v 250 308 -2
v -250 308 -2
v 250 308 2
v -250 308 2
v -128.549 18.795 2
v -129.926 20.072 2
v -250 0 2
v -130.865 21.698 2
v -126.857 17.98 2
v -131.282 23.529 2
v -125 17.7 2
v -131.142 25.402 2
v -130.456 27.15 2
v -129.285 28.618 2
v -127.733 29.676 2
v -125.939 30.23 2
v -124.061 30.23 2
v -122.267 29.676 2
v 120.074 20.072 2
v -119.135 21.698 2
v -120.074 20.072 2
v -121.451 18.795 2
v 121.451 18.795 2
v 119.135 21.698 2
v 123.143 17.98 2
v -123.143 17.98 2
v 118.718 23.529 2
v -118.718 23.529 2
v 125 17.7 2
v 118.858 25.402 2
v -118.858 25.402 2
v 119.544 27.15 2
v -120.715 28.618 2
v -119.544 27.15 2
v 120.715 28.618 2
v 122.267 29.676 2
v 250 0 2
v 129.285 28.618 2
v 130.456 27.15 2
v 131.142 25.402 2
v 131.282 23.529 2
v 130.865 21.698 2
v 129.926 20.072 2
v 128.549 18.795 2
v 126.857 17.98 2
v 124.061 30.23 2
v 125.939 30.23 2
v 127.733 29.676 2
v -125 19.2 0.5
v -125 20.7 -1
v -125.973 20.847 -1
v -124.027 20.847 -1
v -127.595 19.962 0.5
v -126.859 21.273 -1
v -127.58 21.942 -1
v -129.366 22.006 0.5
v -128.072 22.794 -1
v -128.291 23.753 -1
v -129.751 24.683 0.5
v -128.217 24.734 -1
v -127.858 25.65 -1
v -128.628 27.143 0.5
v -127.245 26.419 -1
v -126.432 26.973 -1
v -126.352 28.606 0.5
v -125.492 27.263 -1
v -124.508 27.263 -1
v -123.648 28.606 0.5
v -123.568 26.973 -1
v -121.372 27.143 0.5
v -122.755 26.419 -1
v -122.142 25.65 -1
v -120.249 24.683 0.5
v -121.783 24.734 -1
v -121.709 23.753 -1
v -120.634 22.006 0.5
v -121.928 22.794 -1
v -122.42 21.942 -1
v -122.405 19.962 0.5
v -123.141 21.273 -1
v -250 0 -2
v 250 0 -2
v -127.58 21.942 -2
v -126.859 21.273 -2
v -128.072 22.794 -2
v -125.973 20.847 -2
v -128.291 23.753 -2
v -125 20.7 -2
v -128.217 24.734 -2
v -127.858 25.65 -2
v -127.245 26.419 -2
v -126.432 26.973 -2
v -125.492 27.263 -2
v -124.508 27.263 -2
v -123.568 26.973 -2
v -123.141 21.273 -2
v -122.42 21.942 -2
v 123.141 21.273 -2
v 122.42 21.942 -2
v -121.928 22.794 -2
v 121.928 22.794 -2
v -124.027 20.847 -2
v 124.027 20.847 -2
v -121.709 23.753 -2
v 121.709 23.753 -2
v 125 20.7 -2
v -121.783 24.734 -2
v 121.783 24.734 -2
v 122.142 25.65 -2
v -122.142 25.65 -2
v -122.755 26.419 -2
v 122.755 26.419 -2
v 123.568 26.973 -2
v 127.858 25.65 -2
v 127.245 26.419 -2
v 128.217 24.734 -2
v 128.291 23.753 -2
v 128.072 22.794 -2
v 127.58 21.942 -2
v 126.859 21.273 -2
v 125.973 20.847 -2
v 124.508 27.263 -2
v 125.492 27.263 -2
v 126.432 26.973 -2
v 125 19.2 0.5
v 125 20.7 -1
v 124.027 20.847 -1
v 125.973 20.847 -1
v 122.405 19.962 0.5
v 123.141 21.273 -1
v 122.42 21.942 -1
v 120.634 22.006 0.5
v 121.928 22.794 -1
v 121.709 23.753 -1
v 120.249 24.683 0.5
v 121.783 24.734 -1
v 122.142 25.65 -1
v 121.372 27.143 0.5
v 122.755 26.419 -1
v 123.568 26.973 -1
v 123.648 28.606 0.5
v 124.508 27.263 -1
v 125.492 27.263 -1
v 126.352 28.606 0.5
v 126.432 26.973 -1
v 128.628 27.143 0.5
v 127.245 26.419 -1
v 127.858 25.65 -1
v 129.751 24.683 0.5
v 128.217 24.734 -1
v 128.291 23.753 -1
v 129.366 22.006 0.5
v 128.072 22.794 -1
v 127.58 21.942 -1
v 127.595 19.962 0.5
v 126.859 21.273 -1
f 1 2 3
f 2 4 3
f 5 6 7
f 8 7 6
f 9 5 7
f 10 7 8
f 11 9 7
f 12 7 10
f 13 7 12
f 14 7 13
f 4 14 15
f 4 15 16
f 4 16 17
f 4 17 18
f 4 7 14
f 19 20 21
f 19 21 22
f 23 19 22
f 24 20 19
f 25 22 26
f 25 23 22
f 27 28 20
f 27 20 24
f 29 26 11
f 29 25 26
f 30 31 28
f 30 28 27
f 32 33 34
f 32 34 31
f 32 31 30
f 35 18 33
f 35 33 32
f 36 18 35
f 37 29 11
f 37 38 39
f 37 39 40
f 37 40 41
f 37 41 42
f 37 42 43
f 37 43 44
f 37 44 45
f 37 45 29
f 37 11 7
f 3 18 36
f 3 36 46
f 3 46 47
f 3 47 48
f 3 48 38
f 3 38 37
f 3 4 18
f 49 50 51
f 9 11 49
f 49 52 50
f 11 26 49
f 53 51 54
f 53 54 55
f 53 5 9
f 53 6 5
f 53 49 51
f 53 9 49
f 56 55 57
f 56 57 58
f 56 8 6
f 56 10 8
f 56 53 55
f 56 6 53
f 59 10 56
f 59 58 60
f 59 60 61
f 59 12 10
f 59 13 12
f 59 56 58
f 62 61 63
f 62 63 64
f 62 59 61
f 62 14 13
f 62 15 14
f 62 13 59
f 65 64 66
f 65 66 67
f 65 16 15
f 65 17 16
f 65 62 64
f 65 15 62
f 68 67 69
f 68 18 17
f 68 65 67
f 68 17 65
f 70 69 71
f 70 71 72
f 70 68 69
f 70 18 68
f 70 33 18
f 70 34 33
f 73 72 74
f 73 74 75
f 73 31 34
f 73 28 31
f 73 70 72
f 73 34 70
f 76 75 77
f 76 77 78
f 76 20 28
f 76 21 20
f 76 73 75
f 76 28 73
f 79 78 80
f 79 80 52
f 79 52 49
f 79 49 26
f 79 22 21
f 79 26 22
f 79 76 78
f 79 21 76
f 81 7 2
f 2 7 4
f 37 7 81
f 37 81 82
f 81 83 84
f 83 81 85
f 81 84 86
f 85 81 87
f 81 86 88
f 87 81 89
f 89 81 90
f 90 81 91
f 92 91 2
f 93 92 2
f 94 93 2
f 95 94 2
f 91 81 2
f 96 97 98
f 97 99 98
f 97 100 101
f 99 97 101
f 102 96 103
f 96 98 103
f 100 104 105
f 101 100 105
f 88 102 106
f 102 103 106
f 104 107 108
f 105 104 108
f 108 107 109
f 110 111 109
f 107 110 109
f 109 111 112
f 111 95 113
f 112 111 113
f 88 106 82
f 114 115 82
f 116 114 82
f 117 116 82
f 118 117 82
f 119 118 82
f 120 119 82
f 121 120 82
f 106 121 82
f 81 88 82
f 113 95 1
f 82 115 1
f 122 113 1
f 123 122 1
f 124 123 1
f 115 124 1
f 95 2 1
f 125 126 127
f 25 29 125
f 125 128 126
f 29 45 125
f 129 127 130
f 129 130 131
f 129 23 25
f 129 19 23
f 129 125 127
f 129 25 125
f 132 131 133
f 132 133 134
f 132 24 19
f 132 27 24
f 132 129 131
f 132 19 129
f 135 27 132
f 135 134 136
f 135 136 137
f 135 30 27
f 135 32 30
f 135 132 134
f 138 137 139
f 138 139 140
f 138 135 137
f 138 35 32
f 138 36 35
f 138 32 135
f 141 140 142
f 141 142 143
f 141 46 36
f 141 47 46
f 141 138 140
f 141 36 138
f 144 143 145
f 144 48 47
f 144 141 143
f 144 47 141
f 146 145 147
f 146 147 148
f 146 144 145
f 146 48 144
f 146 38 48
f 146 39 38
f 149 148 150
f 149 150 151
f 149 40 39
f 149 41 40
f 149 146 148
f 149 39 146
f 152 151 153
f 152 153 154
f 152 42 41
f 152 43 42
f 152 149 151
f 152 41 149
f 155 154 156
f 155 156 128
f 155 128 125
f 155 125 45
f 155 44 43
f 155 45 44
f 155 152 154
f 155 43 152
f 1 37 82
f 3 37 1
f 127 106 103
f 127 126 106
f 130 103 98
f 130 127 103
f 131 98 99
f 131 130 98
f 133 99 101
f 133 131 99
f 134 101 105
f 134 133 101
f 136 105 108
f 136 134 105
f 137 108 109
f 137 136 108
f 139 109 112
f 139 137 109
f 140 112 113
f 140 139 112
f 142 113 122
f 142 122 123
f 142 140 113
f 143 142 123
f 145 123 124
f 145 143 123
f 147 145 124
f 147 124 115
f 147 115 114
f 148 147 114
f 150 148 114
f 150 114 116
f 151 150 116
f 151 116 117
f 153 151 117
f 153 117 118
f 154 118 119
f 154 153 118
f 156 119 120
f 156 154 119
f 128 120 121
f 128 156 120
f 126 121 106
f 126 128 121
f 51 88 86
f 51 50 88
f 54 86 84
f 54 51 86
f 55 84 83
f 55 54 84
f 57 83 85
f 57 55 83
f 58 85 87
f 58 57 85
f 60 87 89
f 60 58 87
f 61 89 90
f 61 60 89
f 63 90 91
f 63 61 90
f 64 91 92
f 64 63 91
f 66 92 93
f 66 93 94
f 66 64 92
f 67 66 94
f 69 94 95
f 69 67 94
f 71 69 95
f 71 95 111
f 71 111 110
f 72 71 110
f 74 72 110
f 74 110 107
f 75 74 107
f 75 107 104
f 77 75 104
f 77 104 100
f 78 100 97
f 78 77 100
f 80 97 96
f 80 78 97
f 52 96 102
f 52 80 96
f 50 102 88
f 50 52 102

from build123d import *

# Parameters (mm, degrees)
SKETCH1_W                                    = 500
SKETCH1_H                                    = 308
BOSS_EXTRUDE1_DEPTH                          = 2
CSK_FOR_M6_COUNTERSUNK_FLAT_HEAD_SCR_2_COUNT = 2
CSK_FOR_M6_COUNTERSUNK_FLAT_HEAD_SCR_2_PITCH = 250


with BuildPart() as part:
    # Sketch1 → Boss-Extrude1 (new, symmetric)
    with BuildSketch(Plane.XY):
        with Locations((0, 154)):
            Rectangle(SKETCH1_W, SKETCH1_H)
    extrude(amount=BOSS_EXTRUDE1_DEPTH, both=True)

    # Sketch6 → CSK for M6 Countersunk Flat Head Screw2 (revolve, cut)
    with BuildSketch(Plane(origin=(-125, 24, 2), x_dir=(0, -1, 0), z_dir=(1, 0, 0))):
        Polygon((0, 0), (0, 4), (3.3, 4), (3.3, 3), (6.3, 0), align=None)
    csk_for_m6_countersunk_flat_head_screw2 = revolve(axis=Axis((-125, 24, 8.35), (0, 0, -1)), mode=Mode.SUBTRACT)

    # CSK for M6 Countersunk Flat Head Scr 2: CSK for M6 Countersunk Flat Head Screw2 ×2
    with Locations(*[(i * CSK_FOR_M6_COUNTERSUNK_FLAT_HEAD_SCR_2_PITCH, 0, 0) for i in range(1, CSK_FOR_M6_COUNTERSUNK_FLAT_HEAD_SCR_2_COUNT)]):
        add(csk_for_m6_countersunk_flat_head_screw2, mode=Mode.SUBTRACT)


solid = part.part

********************

_About this exercise_: Where the data above reaches the line holding "f 125 126 127", begin printing, and stop after the line holding "f 155 43 152". Each line must be reproduced exactly, with nothing else added.

_Answer space_:
f 125 126 127
f 25 29 125
f 125 128 126
f 29 45 125
f 129 127 130
f 129 130 131
f 129 23 25
f 129 19 23
f 129 125 127
f 129 25 125
f 132 131 133
f 132 133 134
f 132 24 19
f 132 27 24
f 132 129 131
f 132 19 129
f 135 27 132
f 135 134 136
f 135 136 137
f 135 30 27
f 135 32 30
f 135 132 134
f 138 137 139
f 138 139 140
f 138 135 137
f 138 35 32
f 138 36 35
f 138 32 135
f 141 140 142
f 141 142 143
f 141 46 36
f 141 47 46
f 141 138 140
f 141 36 138
f 144 143 145
f 144 48 47
f 144 141 143
f 144 47 141
f 146 145 147
f 146 147 148
f 146 144 145
f 146 48 144
f 146 38 48
f 146 39 38
f 149 148 150
f 149 150 151
f 149 40 39
f 149 41 40
f 149 146 148
f 149 39 146
f 152 151 153
f 152 153 154
f 152 42 41
f 152 43 42
f 152 149 151
f 152 41 149
f 155 154 156
f 155 156 128
f 155 128 125
f 155 125 45
f 155 44 43
f 155 45 44
f 155 152 154
f 155 43 152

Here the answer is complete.